Memory Subsystem: Bandwidth

As more memory channels complicate motherboard design and can be a problem for dense servers, the Xeon-D, Xeon E3 and Atom C2000 only have two memory channels. This makes quad channel operation a good way to differentiate up to the Xeon E5.  The Xeon E3 and Atom are limited to DDR3-1600 as per JEDEC specifications, whereas the Xeon D should be able to command more bandwidth due to the use of DDR4-2133 DIMMs. 

We measured the memory bandwidth in Linux. The binary was compiled with the Open64 compiler 5.0 (Opencc). It is a multi-threaded, OpenMP based, 64-bit binary. The following compiler switches were used:

-Ofast -mp -ipa

To keep things simple, we only report the Triad sub-benchmark of our OpenMP enabled Stream benchmark.

Stream Triad

Using DIMMs with a 33% higher clock, the Xeon D gets a 25-38% boost in bandwidth compared to the Xeon E3. Basically, every percent increase in clock speed is translated in higher bandwidth.

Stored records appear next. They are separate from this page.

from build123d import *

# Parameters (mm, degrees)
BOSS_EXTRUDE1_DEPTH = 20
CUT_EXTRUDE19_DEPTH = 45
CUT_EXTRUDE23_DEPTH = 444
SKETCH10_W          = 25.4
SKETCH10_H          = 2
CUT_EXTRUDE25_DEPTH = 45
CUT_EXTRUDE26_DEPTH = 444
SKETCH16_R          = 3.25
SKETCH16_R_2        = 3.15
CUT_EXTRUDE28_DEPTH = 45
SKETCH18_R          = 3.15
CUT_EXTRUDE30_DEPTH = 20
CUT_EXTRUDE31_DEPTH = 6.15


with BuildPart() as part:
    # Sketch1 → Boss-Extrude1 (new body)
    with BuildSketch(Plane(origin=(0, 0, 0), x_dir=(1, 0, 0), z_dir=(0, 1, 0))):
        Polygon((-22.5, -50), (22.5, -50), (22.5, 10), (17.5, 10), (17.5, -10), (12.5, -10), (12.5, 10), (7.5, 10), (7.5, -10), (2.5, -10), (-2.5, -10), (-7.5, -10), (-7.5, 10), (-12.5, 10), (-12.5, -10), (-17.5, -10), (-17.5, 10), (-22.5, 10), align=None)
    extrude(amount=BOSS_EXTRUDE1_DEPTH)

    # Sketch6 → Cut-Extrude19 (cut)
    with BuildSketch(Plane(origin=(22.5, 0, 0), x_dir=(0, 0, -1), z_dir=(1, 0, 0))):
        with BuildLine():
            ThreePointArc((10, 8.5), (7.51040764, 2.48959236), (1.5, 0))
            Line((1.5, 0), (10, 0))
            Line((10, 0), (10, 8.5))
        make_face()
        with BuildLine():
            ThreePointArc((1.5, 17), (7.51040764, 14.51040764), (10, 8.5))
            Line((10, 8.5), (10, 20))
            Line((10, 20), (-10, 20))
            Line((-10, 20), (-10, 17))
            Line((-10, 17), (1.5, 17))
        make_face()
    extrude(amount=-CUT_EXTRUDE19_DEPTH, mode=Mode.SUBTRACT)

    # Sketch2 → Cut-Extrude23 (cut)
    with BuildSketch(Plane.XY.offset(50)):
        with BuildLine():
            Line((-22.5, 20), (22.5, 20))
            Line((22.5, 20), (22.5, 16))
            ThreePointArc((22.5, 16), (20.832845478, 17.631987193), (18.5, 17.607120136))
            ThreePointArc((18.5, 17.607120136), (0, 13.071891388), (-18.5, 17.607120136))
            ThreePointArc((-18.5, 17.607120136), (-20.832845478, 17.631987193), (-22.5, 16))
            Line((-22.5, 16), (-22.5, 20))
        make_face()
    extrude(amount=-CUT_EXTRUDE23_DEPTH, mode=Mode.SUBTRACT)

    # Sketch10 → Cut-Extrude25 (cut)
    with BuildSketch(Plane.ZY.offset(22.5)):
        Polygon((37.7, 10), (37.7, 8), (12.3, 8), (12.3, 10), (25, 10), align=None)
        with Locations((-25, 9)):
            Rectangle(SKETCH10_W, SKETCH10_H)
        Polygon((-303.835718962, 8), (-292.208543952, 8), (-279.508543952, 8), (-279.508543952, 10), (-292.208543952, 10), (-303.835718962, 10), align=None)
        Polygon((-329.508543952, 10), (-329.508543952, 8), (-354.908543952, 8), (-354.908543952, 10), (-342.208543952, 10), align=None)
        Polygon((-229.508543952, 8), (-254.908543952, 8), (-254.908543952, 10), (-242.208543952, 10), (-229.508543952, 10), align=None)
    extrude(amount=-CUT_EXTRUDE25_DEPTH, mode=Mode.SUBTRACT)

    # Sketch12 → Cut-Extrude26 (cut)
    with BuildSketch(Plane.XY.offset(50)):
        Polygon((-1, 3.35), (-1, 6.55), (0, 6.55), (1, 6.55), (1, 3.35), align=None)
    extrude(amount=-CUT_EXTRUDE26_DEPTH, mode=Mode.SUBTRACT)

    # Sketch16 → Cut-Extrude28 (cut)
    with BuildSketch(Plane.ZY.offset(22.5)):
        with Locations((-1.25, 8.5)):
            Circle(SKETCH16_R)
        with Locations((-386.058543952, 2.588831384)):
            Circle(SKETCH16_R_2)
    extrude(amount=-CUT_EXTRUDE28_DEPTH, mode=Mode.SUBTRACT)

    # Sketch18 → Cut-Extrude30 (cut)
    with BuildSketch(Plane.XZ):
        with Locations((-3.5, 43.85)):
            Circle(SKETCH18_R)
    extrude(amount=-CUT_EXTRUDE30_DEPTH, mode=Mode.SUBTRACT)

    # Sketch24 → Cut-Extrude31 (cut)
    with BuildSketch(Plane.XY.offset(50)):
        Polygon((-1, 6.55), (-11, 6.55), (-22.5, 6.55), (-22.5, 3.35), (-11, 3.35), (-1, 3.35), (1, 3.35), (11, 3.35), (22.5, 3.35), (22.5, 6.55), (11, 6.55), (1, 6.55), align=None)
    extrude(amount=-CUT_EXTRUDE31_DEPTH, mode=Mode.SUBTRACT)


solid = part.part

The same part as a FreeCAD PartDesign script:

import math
import FreeCAD as App
import Part
import Sketcher

V = App.Vector

doc = App.newDocument("Part")
body = doc.addObject("PartDesign::Body", "Body")

sketch1 = doc.addObject("Sketcher::SketchObject", "Sketch")
body.addObject(sketch1)
sketch1.AttachmentSupport = (doc.XZ_Plane, [""])
sketch1.MapMode = "FlatFace"
sketch1.addGeometry([
    Part.LineSegment(V(-22, 50, 0), V(22, 50, 0)),
    Part.LineSegment(V(22, 50, 0), V(22, -10, 0)),
    Part.LineSegment(V(22, -10, 0), V(18, -10, 0)),
    Part.LineSegment(V(18, -10, 0), V(18, 10, 0)),
    Part.LineSegment(V(18, 10, 0), V(12, 10, 0)),
    Part.LineSegment(V(12, 10, 0), V(12, -10, 0)),
    Part.LineSegment(V(12, -10, 0), V(8, -10, 0)),
    Part.LineSegment(V(8, -10, 0), V(8, 10, 0)),
    Part.LineSegment(V(8, 10, 0), V(-8, 10, 0)),
    Part.LineSegment(V(-8, 10, 0), V(-8, -10, 0)),
    Part.LineSegment(V(-8, -10, 0), V(-12, -10, 0)),
    Part.LineSegment(V(-12, -10, 0), V(-12, 10, 0)),
    Part.LineSegment(V(-12, 10, 0), V(-18, 10, 0)),
    Part.LineSegment(V(-18, 10, 0), V(-18, -10, 0)),
    Part.LineSegment(V(-18, -10, 0), V(-22, -10, 0)),
    Part.LineSegment(V(-22, -10, 0), V(-22, 50, 0)),
], False)
sketch1.addConstraint([
    Sketcher.Constraint("Coincident", 0, 2, 1, 1),
    Sketcher.Constraint("Coincident", 1, 2, 2, 1),
    Sketcher.Constraint("Coincident", 2, 2, 3, 1),
    Sketcher.Constraint("Coincident", 3, 2, 4, 1),
    Sketcher.Constraint("Coincident", 4, 2, 5, 1),
    Sketcher.Constraint("Coincident", 5, 2, 6, 1),
    Sketcher.Constraint("Coincident", 6, 2, 7, 1),
    Sketcher.Constraint("Coincident", 7, 2, 8, 1),
    Sketcher.Constraint("Coincident", 8, 2, 9, 1),
    Sketcher.Constraint("Coincident", 9, 2, 10, 1),
    Sketcher.Constraint("Coincident", 10, 2, 11, 1),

The Xeon E5 has almost twice as much bandwidth for only 50% more cores and should as result do better in some bandwidth intensive applications (mostly HPC). 



Memory Subsystem: Latency

To measure latency, we use the open source TinyMemBench benchmark. The source was compiled for x86 with gcc 4.8.2 and optimization was set to "-O2". The measurement is described well by the manual of TinyMemBench:

Average time is measured for random memory accesses in the buffers of different sizes. The larger the buffer, the more significant the relative contributions of TLB, L1/L2 cache misses, and DRAM accesses become. All the numbers represent extra time, which needs to be added to L1 cache latency (4 cycles).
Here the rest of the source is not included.